The previous patches added support for explicitly and implicitly
enabled subsystems and showing/hiding their interface files.  An
explicitly enabled subsystem may become implicitly enabled if it's
turned off through "cgroup.subtree_control" but there are subsystems
depending on it.  In such cases, the subsystem, as it's turned off
when seen from userland, shouldn't enforce any resource control.
Also, the subsystem may be explicitly turned on later again and its
interface files should be as close to the intial state as possible.
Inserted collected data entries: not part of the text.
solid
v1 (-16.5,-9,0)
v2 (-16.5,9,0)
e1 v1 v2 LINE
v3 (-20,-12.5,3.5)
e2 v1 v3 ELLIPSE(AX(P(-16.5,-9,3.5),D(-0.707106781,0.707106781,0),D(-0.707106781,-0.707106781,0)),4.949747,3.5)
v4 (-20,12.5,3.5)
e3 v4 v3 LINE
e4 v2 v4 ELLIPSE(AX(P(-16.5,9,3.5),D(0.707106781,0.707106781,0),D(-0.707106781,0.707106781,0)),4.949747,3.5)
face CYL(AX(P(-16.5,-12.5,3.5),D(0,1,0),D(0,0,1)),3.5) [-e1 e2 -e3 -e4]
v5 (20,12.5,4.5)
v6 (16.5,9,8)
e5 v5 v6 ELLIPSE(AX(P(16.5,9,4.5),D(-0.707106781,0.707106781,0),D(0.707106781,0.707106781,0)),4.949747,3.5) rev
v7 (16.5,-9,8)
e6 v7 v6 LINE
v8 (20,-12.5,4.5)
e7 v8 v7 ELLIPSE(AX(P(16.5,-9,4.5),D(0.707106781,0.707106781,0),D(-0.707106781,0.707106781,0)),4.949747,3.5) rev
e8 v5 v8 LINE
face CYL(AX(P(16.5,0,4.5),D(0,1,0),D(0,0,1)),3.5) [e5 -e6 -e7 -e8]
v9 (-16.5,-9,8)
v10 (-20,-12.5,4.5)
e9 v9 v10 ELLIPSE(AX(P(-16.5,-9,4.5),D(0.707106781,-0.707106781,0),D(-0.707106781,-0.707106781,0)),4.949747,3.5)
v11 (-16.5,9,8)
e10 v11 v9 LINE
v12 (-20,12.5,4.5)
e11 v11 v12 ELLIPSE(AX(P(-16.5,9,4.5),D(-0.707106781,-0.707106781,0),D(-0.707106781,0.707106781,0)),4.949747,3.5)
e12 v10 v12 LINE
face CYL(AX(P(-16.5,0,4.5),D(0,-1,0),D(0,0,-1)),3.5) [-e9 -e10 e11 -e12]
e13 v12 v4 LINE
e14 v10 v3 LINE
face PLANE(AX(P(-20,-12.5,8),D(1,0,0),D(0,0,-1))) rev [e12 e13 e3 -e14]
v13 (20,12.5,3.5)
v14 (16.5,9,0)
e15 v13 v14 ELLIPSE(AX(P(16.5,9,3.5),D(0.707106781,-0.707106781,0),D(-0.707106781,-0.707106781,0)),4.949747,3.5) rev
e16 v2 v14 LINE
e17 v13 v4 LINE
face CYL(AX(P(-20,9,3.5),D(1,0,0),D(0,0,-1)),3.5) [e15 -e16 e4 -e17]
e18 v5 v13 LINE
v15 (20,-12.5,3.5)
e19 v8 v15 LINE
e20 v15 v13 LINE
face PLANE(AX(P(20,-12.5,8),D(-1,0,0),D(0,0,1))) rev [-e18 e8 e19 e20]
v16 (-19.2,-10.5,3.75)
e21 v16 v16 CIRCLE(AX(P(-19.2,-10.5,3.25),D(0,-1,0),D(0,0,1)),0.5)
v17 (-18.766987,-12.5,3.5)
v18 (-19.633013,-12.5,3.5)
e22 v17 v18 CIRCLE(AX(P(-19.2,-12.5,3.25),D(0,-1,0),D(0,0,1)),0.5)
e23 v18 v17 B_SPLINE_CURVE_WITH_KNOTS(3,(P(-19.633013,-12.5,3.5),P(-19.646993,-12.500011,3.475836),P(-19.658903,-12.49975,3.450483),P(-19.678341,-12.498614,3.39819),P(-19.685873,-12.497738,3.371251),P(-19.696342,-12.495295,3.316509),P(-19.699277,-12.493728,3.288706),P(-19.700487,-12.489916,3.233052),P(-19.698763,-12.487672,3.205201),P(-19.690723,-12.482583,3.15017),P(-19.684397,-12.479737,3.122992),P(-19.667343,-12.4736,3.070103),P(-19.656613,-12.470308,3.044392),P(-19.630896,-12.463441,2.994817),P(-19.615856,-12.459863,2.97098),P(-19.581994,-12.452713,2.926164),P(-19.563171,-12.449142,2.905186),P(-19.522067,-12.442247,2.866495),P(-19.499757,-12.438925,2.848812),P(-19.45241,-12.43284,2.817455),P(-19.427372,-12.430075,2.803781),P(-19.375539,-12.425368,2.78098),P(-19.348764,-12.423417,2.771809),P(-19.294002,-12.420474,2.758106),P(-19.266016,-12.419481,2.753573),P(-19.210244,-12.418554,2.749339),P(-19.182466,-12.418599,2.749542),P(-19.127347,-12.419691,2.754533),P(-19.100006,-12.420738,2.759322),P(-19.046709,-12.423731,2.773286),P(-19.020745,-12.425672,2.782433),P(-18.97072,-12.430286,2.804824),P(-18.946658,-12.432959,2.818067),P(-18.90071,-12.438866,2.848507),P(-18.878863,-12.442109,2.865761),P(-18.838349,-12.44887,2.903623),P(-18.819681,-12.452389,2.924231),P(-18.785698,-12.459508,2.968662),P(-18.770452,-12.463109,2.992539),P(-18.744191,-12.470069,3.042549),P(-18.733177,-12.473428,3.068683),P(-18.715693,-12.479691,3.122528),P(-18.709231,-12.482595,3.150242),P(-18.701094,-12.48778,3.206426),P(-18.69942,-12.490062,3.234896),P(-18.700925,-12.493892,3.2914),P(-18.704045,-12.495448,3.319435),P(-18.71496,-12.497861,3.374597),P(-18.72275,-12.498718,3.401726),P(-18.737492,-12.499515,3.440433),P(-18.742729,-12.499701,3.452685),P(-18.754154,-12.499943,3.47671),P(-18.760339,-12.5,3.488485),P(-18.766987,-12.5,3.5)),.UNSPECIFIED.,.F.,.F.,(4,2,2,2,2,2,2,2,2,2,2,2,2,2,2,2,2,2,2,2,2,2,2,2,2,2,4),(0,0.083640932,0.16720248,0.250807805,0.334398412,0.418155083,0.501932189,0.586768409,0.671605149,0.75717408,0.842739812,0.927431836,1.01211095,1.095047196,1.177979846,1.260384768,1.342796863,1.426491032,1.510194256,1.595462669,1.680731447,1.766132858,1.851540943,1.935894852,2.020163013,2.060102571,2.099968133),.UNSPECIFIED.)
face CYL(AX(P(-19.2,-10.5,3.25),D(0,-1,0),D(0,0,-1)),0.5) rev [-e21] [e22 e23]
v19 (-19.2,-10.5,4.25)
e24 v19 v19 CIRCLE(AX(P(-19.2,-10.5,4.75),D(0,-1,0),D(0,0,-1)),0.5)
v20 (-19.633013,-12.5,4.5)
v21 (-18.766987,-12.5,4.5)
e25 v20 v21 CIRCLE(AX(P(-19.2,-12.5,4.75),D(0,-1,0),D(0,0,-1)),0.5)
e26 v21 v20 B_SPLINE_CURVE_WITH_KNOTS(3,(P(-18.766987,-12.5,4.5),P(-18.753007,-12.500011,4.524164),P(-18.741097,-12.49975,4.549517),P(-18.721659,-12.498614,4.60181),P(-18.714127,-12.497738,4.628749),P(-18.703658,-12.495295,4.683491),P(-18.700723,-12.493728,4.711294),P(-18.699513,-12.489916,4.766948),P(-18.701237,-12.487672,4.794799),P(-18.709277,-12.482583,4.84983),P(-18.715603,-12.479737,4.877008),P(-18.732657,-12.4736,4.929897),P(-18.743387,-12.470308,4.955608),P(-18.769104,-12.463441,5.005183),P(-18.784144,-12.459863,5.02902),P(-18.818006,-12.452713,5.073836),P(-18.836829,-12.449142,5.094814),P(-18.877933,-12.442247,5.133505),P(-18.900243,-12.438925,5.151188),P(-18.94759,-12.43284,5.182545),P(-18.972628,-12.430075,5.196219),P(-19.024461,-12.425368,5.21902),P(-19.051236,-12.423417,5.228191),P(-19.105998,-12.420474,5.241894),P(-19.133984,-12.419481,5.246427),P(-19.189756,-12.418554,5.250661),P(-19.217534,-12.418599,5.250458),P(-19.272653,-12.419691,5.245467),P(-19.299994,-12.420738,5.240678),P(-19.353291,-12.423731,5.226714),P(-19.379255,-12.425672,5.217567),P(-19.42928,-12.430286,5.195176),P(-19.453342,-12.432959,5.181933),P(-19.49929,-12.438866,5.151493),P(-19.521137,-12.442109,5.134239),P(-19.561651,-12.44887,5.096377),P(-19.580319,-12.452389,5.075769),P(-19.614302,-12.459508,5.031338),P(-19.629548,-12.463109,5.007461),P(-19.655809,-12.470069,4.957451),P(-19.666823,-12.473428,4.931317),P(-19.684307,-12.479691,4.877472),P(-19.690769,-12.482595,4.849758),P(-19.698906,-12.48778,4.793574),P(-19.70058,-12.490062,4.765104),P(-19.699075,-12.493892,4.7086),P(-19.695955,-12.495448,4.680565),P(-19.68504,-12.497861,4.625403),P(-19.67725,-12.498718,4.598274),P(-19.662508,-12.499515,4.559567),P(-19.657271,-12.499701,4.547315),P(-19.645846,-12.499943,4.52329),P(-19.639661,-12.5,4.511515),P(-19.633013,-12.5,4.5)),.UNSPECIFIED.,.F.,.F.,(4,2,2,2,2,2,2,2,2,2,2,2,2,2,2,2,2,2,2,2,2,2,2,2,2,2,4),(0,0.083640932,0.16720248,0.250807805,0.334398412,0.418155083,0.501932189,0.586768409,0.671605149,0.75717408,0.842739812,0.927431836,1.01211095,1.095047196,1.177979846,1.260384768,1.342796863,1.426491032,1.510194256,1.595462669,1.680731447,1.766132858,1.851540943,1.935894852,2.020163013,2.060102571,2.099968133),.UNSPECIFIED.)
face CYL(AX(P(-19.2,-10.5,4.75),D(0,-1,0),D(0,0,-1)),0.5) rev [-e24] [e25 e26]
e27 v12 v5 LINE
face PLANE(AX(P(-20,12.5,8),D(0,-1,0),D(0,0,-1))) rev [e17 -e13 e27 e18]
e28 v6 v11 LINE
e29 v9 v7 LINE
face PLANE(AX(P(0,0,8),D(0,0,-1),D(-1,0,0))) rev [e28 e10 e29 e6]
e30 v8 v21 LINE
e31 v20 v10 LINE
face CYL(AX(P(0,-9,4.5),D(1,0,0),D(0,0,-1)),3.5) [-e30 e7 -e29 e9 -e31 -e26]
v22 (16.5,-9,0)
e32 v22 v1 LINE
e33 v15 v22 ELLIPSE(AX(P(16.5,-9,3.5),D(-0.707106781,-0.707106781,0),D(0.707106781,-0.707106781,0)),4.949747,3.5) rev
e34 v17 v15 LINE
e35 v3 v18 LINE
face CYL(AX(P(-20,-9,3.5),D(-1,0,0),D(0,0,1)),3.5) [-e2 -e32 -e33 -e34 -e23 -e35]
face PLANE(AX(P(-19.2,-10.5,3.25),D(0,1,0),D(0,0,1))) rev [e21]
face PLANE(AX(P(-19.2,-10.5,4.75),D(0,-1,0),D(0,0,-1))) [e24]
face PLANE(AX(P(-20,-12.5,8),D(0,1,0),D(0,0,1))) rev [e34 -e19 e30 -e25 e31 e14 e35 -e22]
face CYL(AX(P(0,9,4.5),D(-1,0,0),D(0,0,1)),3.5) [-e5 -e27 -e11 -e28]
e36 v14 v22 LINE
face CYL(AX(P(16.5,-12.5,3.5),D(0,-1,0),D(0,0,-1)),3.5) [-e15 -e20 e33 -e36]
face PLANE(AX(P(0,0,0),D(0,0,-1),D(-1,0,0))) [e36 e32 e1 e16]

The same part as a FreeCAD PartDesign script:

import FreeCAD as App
import Part
import Sketcher


def edges_at(feature, points):
    """Names of the edges that pass closest to the given points."""
    edges = feature.Shape.Edges
    near = lambda p: min(range(len(edges)), key=lambda i: edges[i].distToShape(Part.Vertex(*p))[0])
    return sorted({f"Edge{near(p) + 1}" for p in points})

doc = App.newDocument("Part")
body = doc.addObject("PartDesign::Body", "Body")

# Sketch on XY plane
sketch1 = body.newObject("Sketcher::SketchObject", "Sketch")
sketch1.AttachmentSupport = (doc.getObject("XY_Plane"), [""])
sketch1.MapMode = "FlatFace"
sketch1.addGeometry(Part.LineSegment(App.Vector(-20, 12, 0), App.Vector(-20, -12, 0)), False)
sketch1.addGeometry(Part.LineSegment(App.Vector(-20, -12, 0), App.Vector(20, -12, 0)), False)
sketch1.addGeometry(Part.LineSegment(App.Vector(20, -12, 0), App.Vector(20, 12, 0)), False)
sketch1.addGeometry(Part.LineSegment(App.Vector(20, 12, 0), App.Vector(-20, 12, 0)), False)
sketch1.addConstraint(Sketcher.Constraint("Coincident", 0, 2, 1, 1))
sketch1.addConstraint(Sketcher.Constraint("Coincident", 1, 2, 2, 1))
sketch1.addConstraint(Sketcher.Constraint("Coincident", 2, 2, 3, 1))
sketch1.addConstraint(Sketcher.Constraint("Coincident", 3, 2, 0, 1))
sketch1.addConstraint(Sketcher.Constraint("Vertical", 0))
sketch1.addConstraint(Sketcher.Constraint("Horizontal", 1))
sketch1.addConstraint(Sketcher.Constraint("Vertical", 2))
sketch1.addConstraint(Sketcher.Constraint("Horizontal", 3))
sketch1.addConstraint(Sketcher.Constraint("Symmetric", 0, 2, 2, 2, -1, 1))
sketch1.addConstraint(Sketcher.Constraint("DistanceX", 1, 1, 1, 2, 40.0))
sketch1.addConstraint(Sketcher.Constraint("DistanceY", 0, 2, 0, 1, 25.0))
pad1 = body.newObject("PartDesign::Pad", "Pad")
pad1.Profile = sketch1
pad1.Length = 8
doc.recompute()

fillet = body.newObject("PartDesign::Fillet", "Fillet")
fillet.Base = (pad1, edges_at(pad1, [
    (-20, 0, 8),
    (0, -12.5, 8),
    (20, 0, 8),
    (0, -12.5, 0),
    (-20, 0, 0),
    (0, 12.5, 0),
    (20, 0, 0),
    (0, 12.5, 8),
]))
fillet.Radius = 3.5

# Sketch on XZ plane
sketch2 = body.newObject("Sketcher::SketchObject", "Sketch001")
sketch2.AttachmentSupport = (doc.getObject("XZ_Plane"), [""])
sketch2.MapMode = "FlatFace"
sketch2.AttachmentOffset = App.Placement(App.Vector(0, 0, 12.5), App.Rotation())
sketch2.addGeometry(Part.Circle(App.Vector(-19.2, 4.8, 0), App.Vector(0, 0, 1), 0.5), False)
sketch2.addGeometry(Part.Circle(App.Vector(-19.2, 3.2, 0), App.Vector(0, 0, 1), 0.5), False)
sketch2.addConstraint(Sketcher.Constraint("Equal", 0, 1))
sketch2.addConstraint(Sketcher.Constraint("Vertical", 0, 3, 1, 3))
sketch2.addConstraint(Sketcher.Constraint("Diameter", 0, 1.0))
sketch2.addConstraint(Sketcher.Constraint("DistanceX", 0, 3, -1, 1, 19.2))
sketch2.addConstraint(Sketcher.Constraint("DistanceY", 1, 3, 0, 3, 1.5))
sketch2.addConstraint(Sketcher.Constraint("DistanceY", -1, 1, 0, 3, 4.75))
pocket1 = body.newObject("PartDesign::Pocket", "Pocket")
pocket1.Profile = sketch2
pocket1.Length = 2

doc.recompute()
This patch adds cgroup_subsys->css_reset() which is invoked when a css
is hidden.  The callback should disable resource control and reset the
state to the vanilla state.

Signed-off-by: Tejun Heo <tj@kernel.org>
---
 Documentation/cgroups/cgroups.txt | 14 ++++++++++++++
 include/linux/cgroup.h            |  1 +
 kernel/cgroup.c                   | 16 ++++++++++++----
 3 files changed, 27 insertions(+), 4 deletions(-)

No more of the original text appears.